======== Data for the task ========

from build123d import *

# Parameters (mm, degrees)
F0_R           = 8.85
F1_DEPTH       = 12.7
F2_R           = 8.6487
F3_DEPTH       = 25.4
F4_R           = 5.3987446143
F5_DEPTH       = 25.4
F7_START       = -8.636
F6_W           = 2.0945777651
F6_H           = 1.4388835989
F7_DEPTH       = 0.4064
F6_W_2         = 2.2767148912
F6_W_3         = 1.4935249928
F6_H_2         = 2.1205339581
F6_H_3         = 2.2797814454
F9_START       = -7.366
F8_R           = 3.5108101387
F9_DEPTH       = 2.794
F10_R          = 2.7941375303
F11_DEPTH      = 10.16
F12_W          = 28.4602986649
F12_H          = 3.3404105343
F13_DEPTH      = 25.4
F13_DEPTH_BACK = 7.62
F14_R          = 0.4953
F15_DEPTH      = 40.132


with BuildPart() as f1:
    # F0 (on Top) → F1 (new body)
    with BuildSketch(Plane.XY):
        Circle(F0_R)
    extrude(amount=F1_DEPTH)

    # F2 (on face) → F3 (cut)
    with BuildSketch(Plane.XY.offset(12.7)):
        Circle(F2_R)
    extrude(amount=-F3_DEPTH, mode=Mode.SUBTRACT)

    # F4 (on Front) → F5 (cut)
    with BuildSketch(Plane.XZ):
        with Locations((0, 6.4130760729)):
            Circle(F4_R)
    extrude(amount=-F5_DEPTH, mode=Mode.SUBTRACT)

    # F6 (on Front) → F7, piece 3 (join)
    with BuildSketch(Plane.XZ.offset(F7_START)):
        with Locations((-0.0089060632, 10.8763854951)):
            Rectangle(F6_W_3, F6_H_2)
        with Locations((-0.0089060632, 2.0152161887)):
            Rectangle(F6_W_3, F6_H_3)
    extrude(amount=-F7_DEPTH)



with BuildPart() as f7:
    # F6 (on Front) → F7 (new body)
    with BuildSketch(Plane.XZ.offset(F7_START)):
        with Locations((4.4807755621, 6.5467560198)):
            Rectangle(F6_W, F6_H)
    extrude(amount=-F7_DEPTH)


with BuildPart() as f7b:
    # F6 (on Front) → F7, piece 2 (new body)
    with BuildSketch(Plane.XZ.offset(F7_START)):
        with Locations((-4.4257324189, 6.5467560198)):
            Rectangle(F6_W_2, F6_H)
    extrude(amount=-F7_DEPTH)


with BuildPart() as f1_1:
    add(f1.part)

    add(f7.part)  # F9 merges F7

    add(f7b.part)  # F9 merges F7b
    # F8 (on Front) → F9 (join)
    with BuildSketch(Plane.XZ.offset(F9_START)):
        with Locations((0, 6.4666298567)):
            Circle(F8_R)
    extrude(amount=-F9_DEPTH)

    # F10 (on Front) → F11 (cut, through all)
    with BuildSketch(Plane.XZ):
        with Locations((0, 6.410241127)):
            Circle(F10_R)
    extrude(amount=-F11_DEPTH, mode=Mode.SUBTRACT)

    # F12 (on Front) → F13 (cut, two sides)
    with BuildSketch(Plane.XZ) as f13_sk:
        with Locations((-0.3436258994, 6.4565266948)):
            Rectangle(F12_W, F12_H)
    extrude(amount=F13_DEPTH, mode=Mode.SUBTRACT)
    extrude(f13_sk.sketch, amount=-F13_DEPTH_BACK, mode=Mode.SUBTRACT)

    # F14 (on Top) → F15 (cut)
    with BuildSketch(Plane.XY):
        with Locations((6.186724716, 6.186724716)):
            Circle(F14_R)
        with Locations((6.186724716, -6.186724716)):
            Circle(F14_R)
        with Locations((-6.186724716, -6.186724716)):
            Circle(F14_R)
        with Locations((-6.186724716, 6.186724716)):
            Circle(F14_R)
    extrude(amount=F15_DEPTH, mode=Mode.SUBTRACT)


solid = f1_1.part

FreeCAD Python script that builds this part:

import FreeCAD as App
import Part
import Sketcher

V = App.Vector
Q = App.Units.Quantity

doc = App.newDocument("Part")
body = doc.addObject("PartDesign::Body", "Body")

# Sketch on XY plane
sketch1 = doc.addObject("Sketcher::SketchObject", "Sketch")
body.addObject(sketch1)
sketch1.AttachmentSupport = (doc.XY_Plane, [""])
sketch1.MapMode = "FlatFace"
sketch1.addGeometry(Part.Circle(V(0, 0, 0), V(0, 0, 1), 9), False)
sketch1.addConstraint(Sketcher.Constraint("Coincident", 0, 3, -1, 1))
sketch1.addConstraint(Sketcher.Constraint("Diameter", 0, Q("17.7 mm")))
pad1 = doc.addObject("PartDesign::Pad", "Pad")
body.addObject(pad1)
pad1.Profile = sketch1
pad1.Length = Q("0.5 in")

# Sketch on XY plane
sketch2 = doc.addObject("Sketcher::SketchObject", "Sketch001")
body.addObject(sketch2)
sketch2.AttachmentSupport = (doc.XY_Plane, [""])
sketch2.MapMode = "FlatFace"
sketch2.AttachmentOffset = App.Placement(V(0, 0, 0.5 * 25.4), App.Rotation())
sketch2.addGeometry(Part.Circle(V(0, 0, 0), V(0, 0, 1), 9), False)
sketch2.addConstraint(Sketcher.Constraint("Coincident", 0, 3, -1, 1))
sketch2.addConstraint(Sketcher.Constraint("Diameter", 0, Q("0.681 in")))
pocket1 = doc.addObject("PartDesign::Pocket", "Pocket")
body.addObject(pocket1)
pocket1.Profile = sketch2
pocket1.Length = Q("1 in")

# Sketch on XZ plane
sketch3 = doc.addObject("Sketcher::SketchObject", "Sketch002")
body.addObject(sketch3)
sketch3.AttachmentSupport = (doc.XZ_Plane, [""])
sketch3.MapMode = "FlatFace"
sketch3.addGeometry(Part.Circle(V(0, 6, 0), V(0, 0, 1), 5), False)
sketch3.addConstraint(Sketcher.Constraint("PointOnObject", 0, 3, -2))
sketch3.addConstraint(Sketcher.Constraint("Diameter", 0, Q("10.797489 mm")))
sketch3.addConstraint(Sketcher.Constraint("DistanceY", -1, 1, 0, 3, Q("6.413076 mm")))
pocket2 = doc.addObject("PartDesign::Pocket", "Pocket001")
body.addObject(pocket2)
pocket2.Profile = sketch3
pocket2.Length = Q("1 in")

# Sketch on XZ plane
sketch4 = doc.addObject("Sketcher::SketchObject", "Sketch003")
body.addObject(sketch4)
sketch4.AttachmentSupport = (doc.XZ_Plane, [""])
sketch4.MapMode = "FlatFace"
sketch4.AttachmentOffset = App.Placement(V(0, 0, -0.34 * 25.4), App.Rotation())
sketch4.addGeometry(Part.LineSegment(V(-0.8, 11.9, 0), V(-0.8, 9.8, 0)), False)
sketch4.addGeometry(Part.LineSegment(V(-0.8, 9.8, 0), V(0.7, 9.8, 0)), False)
sketch4.addGeometry(Part.LineSegment(V(0.7, 9.8, 0), V(0.7, 11.9, 0)), False)
sketch4.addGeometry(Part.LineSegment(V(0.7, 11.9, 0), V(-0.8, 11.9, 0)), False)
sketch4.addGeometry(Part.LineSegment(V(-0.8, 3.2, 0), V(-0.8, 0.9, 0)), False)
sketch4.addGeometry(Part.LineSegment(V(-0.8, 0.9, 0), V(0.7, 0.9, 0)), False)
sketch4.addGeometry(Part.LineSegment(V(0.7, 0.9, 0), V(0.7, 3.2, 0)), False)
sketch4.addGeometry(Part.LineSegment(V(0.7, 3.2, 0), V(-0.8, 3.2, 0)), False)
sketch4.addConstraint(Sketcher.Constraint("Coincident", 0, 2, 1, 1))
sketch4.addConstraint(Sketcher.Constraint("Coincident", 1, 2, 2, 1))
sketch4.addConstraint(Sketcher.Constraint("Coincident", 2, 2, 3, 1))
sketch4.addConstraint(Sketcher.Constraint("Coincident", 3, 2, 0, 1))
sketch4.addConstraint(Sketcher.Constraint("Coincident", 4, 2, 5, 1))
sketch4.addConstraint(Sketcher.Constraint("Coincident", 5, 2, 6, 1))
sketch4.addConstraint(Sketcher.Constraint("Coincident", 6, 2, 7, 1))
sketch4.addConstraint(Sketcher.Constraint("Coincident", 7, 2, 4, 1))
sketch4.addConstraint(Sketcher.Constraint("Vertical", 0))
sketch4.addConstraint(Sketcher.Constraint("Horizontal", 1))
sketch4.addConstraint(Sketcher.Constraint("Vertical", 2))
sketch4.addConstraint(Sketcher.Constraint("Horizontal", 3))
sketch4.addConstraint(Sketcher.Constraint("Vertical", 4))
sketch4.addConstraint(Sketcher.Constraint("Horizontal", 5))
sketch4.addConstraint(Sketcher.Constraint("Vertical", 6))
sketch4.addConstraint(Sketcher.Constraint("Horizontal", 7))
sketch4.addConstraint(Sketcher.Constraint("Vertical", 3, 2, 4, 2))
sketch4.addConstraint(Sketcher.Constraint("Vertical", 2, 2, 5, 2))
sketch4.addConstraint(Sketcher.Constraint("DistanceX", 1, 1, 1, 2, Q("0.0588002 in")))
sketch4.addConstraint(Sketcher.Constraint("DistanceY", 4, 2, 4, 1, Q("2.279781 mm")))
sketch4.addConstraint(Sketcher.Constraint("DistanceY", 0, 2, 0, 1, Q("2.120534 mm")))
sketch4.addConstraint(Sketcher.Constraint("DistanceX", 0, 2, -1, 1, Q("0.755669 mm")))
sketch4.addConstraint(Sketcher.Constraint("DistanceY", -1, 1, 0, 2, Q("9.816119 mm")))
sketch4.addConstraint(Sketcher.Constraint("DistanceY", 6, 2, 1, 2, Q("6.661012 mm")))
pad2 = doc.addObject("PartDesign::Pad", "Pad001")
body.addObject(pad2)
pad2.Profile = sketch4
pad2.Length = Q("0.016 in")
pad2.Reversed = True
body2 = doc.addObject("PartDesign::Body", "Body001")

# Sketch on XZ plane
sketch5 = doc.addObject("Sketcher::SketchObject", "Sketch004")
body2.addObject(sketch5)
sketch5.AttachmentSupport = (doc.getObject("XZ_Plane001"), [""])
sketch5.MapMode = "FlatFace"
sketch5.AttachmentOffset = App.Placement(V(0, 0, -0.34 * 25.4), App.Rotation())
sketch5.addGeometry(Part.LineSegment(V(3.4, 7.3, 0), V(3.4, 5.8, 0)), False)
sketch5.addGeometry(Part.LineSegment(V(3.4, 5.8, 0), V(5.5, 5.8, 0)), False)
sketch5.addGeometry(Part.LineSegment(V(5.5, 5.8, 0), V(5.5, 7.3, 0)), False)
sketch5.addGeometry(Part.LineSegment(V(5.5, 7.3, 0), V(3.4, 7.3, 0)), False)
sketch5.addConstraint(Sketcher.Constraint("Coincident", 0, 2, 1, 1))
sketch5.addConstraint(Sketcher.Constraint("Coincident", 1, 2, 2, 1))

========

**Work to complete**
Give back, verbatim, the lines from the top of the entries above through the line containing "extrude(amount=-F3_DEPTH, mode=Mode.SUBTRACT)".

**Answer area**
from build123d import *

# Parameters (mm, degrees)
F0_R           = 8.85
F1_DEPTH       = 12.7
F2_R           = 8.6487
F3_DEPTH       = 25.4
F4_R           = 5.3987446143
F5_DEPTH       = 25.4
F7_START       = -8.636
F6_W           = 2.0945777651
F6_H           = 1.4388835989
F7_DEPTH       = 0.4064
F6_W_2         = 2.2767148912
F6_W_3         = 1.4935249928
F6_H_2         = 2.1205339581
F6_H_3         = 2.2797814454
F9_START       = -7.366
F8_R           = 3.5108101387
F9_DEPTH       = 2.794
F10_R          = 2.7941375303
F11_DEPTH      = 10.16
F12_W          = 28.4602986649
F12_H          = 3.3404105343
F13_DEPTH      = 25.4
F13_DEPTH_BACK = 7.62
F14_R          = 0.4953
F15_DEPTH      = 40.132


with BuildPart() as f1:
    # F0 (on Top) → F1 (new body)
    with BuildSketch(Plane.XY):
        Circle(F0_R)
    extrude(amount=F1_DEPTH)

    # F2 (on face) → F3 (cut)
    with BuildSketch(Plane.XY.offset(12.7)):
        Circle(F2_R)
    extrude(amount=-F3_DEPTH, mode=Mode.SUBTRACT)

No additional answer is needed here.